Under the Rev. Proc., oral notification by the accountant would also not be clear and concise notification of a change of address — even if he were to be believed. Yet, the court of appeals, in part, hangs its rulings on the accountant’s testimony of oral notification, without noting that this notification, if true, did not comply with the Rev. Proc.

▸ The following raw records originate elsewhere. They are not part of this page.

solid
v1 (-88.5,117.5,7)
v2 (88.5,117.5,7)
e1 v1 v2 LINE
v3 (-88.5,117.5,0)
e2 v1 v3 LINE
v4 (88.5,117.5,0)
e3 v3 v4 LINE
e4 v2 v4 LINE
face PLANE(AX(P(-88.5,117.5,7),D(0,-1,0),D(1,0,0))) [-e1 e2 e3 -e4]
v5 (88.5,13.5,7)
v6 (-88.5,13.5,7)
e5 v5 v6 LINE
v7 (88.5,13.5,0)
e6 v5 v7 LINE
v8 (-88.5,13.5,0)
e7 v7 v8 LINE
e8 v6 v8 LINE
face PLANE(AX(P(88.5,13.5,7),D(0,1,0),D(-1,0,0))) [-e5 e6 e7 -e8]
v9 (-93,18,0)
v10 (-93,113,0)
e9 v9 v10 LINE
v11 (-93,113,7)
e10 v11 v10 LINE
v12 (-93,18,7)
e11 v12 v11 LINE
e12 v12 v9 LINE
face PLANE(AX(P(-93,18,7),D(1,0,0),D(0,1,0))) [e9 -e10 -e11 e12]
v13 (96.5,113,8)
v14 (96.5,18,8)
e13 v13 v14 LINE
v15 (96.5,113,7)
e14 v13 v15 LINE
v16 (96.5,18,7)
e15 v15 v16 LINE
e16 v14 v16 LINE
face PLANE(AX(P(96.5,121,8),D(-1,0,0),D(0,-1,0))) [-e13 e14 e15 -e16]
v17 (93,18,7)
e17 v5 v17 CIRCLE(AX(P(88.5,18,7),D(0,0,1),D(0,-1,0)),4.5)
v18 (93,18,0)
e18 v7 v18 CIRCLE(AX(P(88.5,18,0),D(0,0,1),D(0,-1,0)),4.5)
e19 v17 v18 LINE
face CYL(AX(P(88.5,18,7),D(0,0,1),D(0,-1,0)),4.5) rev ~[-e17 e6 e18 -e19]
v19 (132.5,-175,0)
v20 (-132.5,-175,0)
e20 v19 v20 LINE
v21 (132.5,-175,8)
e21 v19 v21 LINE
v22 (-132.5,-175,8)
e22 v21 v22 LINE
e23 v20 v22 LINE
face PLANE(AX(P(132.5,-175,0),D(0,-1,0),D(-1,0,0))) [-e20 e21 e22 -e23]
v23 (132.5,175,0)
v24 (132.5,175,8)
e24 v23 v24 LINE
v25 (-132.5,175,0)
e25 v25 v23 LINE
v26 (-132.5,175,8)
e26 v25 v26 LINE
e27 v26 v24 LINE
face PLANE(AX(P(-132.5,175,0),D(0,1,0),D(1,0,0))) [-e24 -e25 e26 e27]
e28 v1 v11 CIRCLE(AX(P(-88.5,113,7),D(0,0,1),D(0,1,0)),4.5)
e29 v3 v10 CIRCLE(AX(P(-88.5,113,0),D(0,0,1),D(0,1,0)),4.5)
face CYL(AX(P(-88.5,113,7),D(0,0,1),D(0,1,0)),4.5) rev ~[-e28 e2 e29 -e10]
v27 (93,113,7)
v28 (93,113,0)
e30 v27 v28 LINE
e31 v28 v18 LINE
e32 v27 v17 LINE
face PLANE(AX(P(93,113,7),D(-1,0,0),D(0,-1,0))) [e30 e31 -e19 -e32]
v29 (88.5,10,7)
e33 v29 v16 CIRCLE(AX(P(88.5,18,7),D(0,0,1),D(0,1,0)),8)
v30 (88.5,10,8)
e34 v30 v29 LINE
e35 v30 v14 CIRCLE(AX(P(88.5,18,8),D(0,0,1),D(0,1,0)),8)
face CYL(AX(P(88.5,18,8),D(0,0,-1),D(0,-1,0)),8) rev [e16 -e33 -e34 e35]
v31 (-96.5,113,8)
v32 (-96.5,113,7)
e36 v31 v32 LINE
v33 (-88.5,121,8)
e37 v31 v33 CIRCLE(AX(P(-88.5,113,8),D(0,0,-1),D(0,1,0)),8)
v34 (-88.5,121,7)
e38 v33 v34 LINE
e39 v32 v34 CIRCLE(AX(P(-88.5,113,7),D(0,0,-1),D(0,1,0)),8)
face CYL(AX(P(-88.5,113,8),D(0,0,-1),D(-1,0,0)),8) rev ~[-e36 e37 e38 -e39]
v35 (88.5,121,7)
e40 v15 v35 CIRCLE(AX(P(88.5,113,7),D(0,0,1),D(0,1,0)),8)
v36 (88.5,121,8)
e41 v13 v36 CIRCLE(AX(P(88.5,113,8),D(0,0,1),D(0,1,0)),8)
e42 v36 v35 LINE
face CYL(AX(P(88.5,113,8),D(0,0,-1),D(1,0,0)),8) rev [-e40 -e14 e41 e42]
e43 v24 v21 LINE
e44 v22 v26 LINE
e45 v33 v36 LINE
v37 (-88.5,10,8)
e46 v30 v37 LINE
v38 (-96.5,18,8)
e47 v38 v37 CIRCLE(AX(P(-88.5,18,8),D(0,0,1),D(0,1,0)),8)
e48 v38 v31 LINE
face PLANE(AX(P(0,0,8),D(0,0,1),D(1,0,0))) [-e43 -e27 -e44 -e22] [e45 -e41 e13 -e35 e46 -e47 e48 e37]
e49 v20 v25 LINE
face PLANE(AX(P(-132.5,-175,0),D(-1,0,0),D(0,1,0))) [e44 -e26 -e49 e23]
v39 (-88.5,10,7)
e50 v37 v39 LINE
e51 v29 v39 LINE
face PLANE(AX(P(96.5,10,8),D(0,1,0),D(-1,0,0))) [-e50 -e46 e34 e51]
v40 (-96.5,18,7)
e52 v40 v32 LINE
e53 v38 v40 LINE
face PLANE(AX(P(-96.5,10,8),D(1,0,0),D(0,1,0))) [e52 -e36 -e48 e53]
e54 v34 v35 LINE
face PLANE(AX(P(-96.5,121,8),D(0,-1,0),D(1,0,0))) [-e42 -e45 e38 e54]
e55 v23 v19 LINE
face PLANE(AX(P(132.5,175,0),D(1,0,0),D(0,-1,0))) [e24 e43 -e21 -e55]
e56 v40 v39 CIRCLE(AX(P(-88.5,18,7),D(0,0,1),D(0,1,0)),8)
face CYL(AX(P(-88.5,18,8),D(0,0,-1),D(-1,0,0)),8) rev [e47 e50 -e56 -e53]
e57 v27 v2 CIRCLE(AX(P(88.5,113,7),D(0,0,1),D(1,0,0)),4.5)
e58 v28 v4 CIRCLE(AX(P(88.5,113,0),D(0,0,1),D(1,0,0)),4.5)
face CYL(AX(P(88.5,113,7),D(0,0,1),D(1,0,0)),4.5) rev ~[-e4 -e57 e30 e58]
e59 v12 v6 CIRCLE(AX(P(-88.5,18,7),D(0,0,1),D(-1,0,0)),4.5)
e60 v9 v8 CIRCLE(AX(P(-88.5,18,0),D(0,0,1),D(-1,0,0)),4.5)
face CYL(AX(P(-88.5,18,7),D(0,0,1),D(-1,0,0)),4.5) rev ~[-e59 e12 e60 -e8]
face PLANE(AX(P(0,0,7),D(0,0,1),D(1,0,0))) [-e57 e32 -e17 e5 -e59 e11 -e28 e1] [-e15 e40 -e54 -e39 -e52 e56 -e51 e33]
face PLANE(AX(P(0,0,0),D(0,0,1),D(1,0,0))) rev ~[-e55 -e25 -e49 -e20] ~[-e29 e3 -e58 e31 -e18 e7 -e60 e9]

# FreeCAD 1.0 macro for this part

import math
import FreeCAD as App
import Part
import Sketcher
from FreeCAD import Vector


def edges_at(feature, points):
    """Names of the edges that pass closest to the given points."""
    edges = feature.Shape.Edges
    near = lambda p: min(range(len(edges)), key=lambda i: edges[i].distToShape(Part.Vertex(*p))[0])
    return sorted({f"Edge{near(p) + 1}" for p in points})

doc = App.newDocument("Part")
params = doc.addObject("Spreadsheet::Sheet", "Params")
for row, (alias, value) in enumerate([
    ("sketch1_width", "265 mm"),
    ("sketch1_height", "350 mm"),
    ("pad1_length", "8 mm"),
    ("sketch2_width", "193 mm"),
    ("sketch2_height", "111 mm"),
    ("pocket1_length", "1 mm"),
    ("fillet_radius", "8 mm"),
    ("sketch3_radius", "4.5 mm"),
    ("sketch3_width", "177 mm"),
    ("sketch3_height", "95 mm"),
], start=1):
    params.set(f"A{row}", alias)
    params.set(f"B{row}", "=" + value)
    params.setAlias(f"B{row}", alias)

body = doc.addObject("PartDesign::Body", "Body")

# Sketch on XY plane
sketch1 = doc.addObject("Sketcher::SketchObject", "Sketch")
body.addObject(sketch1)
sketch1.AttachmentSupport = (doc.XY_Plane, [""])
sketch1.MapMode = "FlatFace"
sketch1.addGeometry([
    Part.LineSegment(Vector(132, 175, 0), Vector(-132, 175, 0)),
    Part.LineSegment(Vector(-132, 175, 0), Vector(-132, -175, 0)),
    Part.LineSegment(Vector(-132, -175, 0), Vector(132, -175, 0)),
    Part.LineSegment(Vector(132, -175, 0), Vector(132, 175, 0)),
], False)
sketch1.addConstraint([
    Sketcher.Constraint("Coincident", 0, 2, 1, 1),
    Sketcher.Constraint("Coincident", 1, 2, 2, 1),
    Sketcher.Constraint("Coincident", 2, 2, 3, 1),
    Sketcher.Constraint("Coincident", 3, 2, 0, 1),
    Sketcher.Constraint("Horizontal", 0),
    Sketcher.Constraint("Vertical", 1),
    Sketcher.Constraint("Horizontal", 2),
    Sketcher.Constraint("Vertical", 3),
    Sketcher.Constraint("Symmetric", 0, 2, 2, 2, -1, 1),
    Sketcher.Constraint("DistanceX", 0, 2, 0, 1, 265.0),
    Sketcher.Constraint("DistanceY", 1, 2, 1, 1, 350.0),
])
sketch1.setExpression("Constraints[9]", "Params.sketch1_width")
sketch1.setExpression("Constraints[10]", "Params.sketch1_height")
pad1 = doc.addObject("PartDesign::Pad", "Pad")
body.addObject(pad1)
pad1.Profile = sketch1
pad1.setExpression("Length", "Params.pad1_length")

# Sketch on XY plane
sketch2 = doc.addObject("Sketcher::SketchObject", "Sketch001")
body.addObject(sketch2)
sketch2.AttachmentSupport = (doc.XY_Plane, [""])
sketch2.MapMode = "FlatFace"
sketch2.AttachmentOffset = App.Placement(Vector(0, 0, 8), App.Rotation())
sketch2.addGeometry([
    Part.LineSegment(Vector(96, 121, 0), Vector(-96, 121, 0)),
    Part.LineSegment(Vector(-96, 121, 0), Vector(-96, 10, 0)),
    Part.LineSegment(Vector(-96, 10, 0), Vector(96, 10, 0)),
    Part.LineSegment(Vector(96, 10, 0), Vector(96, 121, 0)),
], False)
sketch2.addConstraint([
    Sketcher.Constraint("Coincident", 0, 2, 1, 1),
    Sketcher.Constraint("Coincident", 1, 2, 2, 1),
    Sketcher.Constraint("Coincident", 2, 2, 3, 1),
    Sketcher.Constraint("Coincident", 3, 2, 0, 1),
    Sketcher.Constraint("Horizontal", 0),
    Sketcher.Constraint("Vertical", 1),
    Sketcher.Constraint("Horizontal", 2),
    Sketcher.Constraint("Vertical", 3),
    Sketcher.Constraint("DistanceX", 0, 2, 0, 1, 193.0),
    Sketcher.Constraint("DistanceY", 1, 2, 1, 1, 111.0),
    Sketcher.Constraint("DistanceY", -1, 1, 1, 2, 10.0),
    Sketcher.Constraint("DistanceX", 0, 2, -1, 1, 96.5),
])
sketch2.setExpression("Constraints[8]", "Params.sketch2_width")
sketch2.setExpression("Constraints[9]", "Params.sketch2_height")
pocket1 = doc.addObject("PartDesign::Pocket", "Pocket")
body.addObject(pocket1)
pocket1.Profile = sketch2
pocket1.setExpression("Length", "Params.pocket1_length")
doc.recompute()

fillet = doc.addObject("PartDesign::Fillet", "Fillet")
body.addObject(fillet)
fillet.Base = (pocket1, edges_at(pocket1, [
    (-96.5, 121, 7.5),
    (96.5, 121, 7.5),
    (96.5, 10, 7.5),
    (-96.5, 10, 7.5),
]))
fillet.setExpression("Radius", "Params.fillet_radius")

# Sketch on XY plane
sketch3 = doc.addObject("Sketcher::SketchObject", "Sketch002")
body.addObject(sketch3)
sketch3.AttachmentSupport = (doc.XY_Plane, [""])
sketch3.MapMode = "FlatFace"
sketch3.AttachmentOffset = App.Placement(Vector(0, 0, 7), App.Rotation())
sketch3.addGeometry([
    Part.LineSegment(Vector(88.5, 117.5, 0), Vector(-88.5, 117.5, 0)),  # 0
    Part.ArcOfCircle(Part.Circle(Vector(-88.5, 113, 0), Vector(0, 0, 1), 4.5), math.radians(90), math.radians(180)),  # 1
    Part.LineSegment(Vector(-93, 113, 0), Vector(-93, 18, 0)),  # 2
    Part.ArcOfCircle(Part.Circle(Vector(-88.5, 18, 0), Vector(0, 0, 1), 4.5), math.radians(180), math.radians(270)),  # 3
    Part.LineSegment(Vector(-88.5, 13.5, 0), Vector(88.5, 13.5, 0)),  # 4
    Part.ArcOfCircle(Part.Circle(Vector(88.5, 18, 0), Vector(0, 0, 1), 4.5), math.radians(-90), math.radians(0)),  # 5
    Part.LineSegment(Vector(93, 18, 0), Vector(93, 113, 0)),  # 6
    Part.ArcOfCircle(Part.Circle(Vector(88.5, 113, 0), Vector(0, 0, 1), 4.5), math.radians(0), math.radians(90)),  # 7
], False)
sketch3.addConstraint([
    Sketcher.Constraint("Tangent", 0, 2, 1, 1),
    Sketcher.Constraint("Tangent", 1, 2, 2, 1),
    Sketcher.Constraint("Tangent", 2, 2, 3, 1),
    Sketcher.Constraint("Tangent", 3, 2, 4, 1),
    Sketcher.Constraint("Tangent", 4, 2, 5, 1),
    Sketcher.Constraint("Tangent", 5, 2, 6, 1),
    Sketcher.Constraint("Tangent", 6, 2, 7, 1),
    Sketcher.Constraint("Tangent", 7, 2, 0, 1),
    Sketcher.Constraint("Horizontal", 0),
    Sketcher.Constraint("Vertical", 2),
    Sketcher.Constraint("Horizontal", 4),
    Sketcher.Constraint("Vertical", 6),
    Sketcher.Constraint("Equal", 1, 3),
    Sketcher.Constraint("Equal", 3, 5),
    Sketcher.Constraint("Equal", 5, 7),
    Sketcher.Constraint("Radius", 1, 4.5),
    Sketcher.Constraint("DistanceX", 0, 2, 0, 1, 177.0),
    Sketcher.Constraint("DistanceY", 2, 2, 2, 1, 95.0),
    Sketcher.Constraint("DistanceY", -1, 1, 1, 3, 113.0),
    Sketcher.Constraint("DistanceX", 1, 2, -1, 1, 93.0),
])
sketch3.setExpression("Constraints[15]", "Params.sketch3_radius")
sketch3.setExpression("Constraints[16]", "Params.sketch3_width")
sketch3.setExpression("Constraints[17]", "Params.sketch3_height")
pocket2 = doc.addObject("PartDesign::Pocket", "Pocket001")
body.addObject(pocket2)
pocket2.Profile = sketch3
pocket2.Type = "ThroughAll"

doc.recompute()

In the brief for the appellant, the taxpayers’ new attorney (the Harvard clinic) did not even mention the alleged, unsubstantiated oral communication of an address change by the accountant, relying instead on the written Forms 2848 and 4868, which the Rev. Proc. said were not “returns” (at sec. 5.01(4)) — and, implicitly, could not constitute clear and concise notification, either. We argued that the Rev. Proc. was wrong about the two forms and was not entitled to any deference. As one of the co-counsel, I, at least, did not think that, if the Tax Court had not found the accountant’s phone call to have happened, it was worth pointing it out to the court of appeals. I thought: How would one get a reversal of a lack of a finding of fact on the scant record of the unsubstantiated call. I worked with a student on the fact section of our appellate brief, and the student also did not think to mention the alleged phone call.
In retrospect, I confess I was too pessimistic about mentioning the alleged call in our briefs. But, I bet the IRS attorney is now ruing the fact that she accidentally killed her case by doing cross-examination.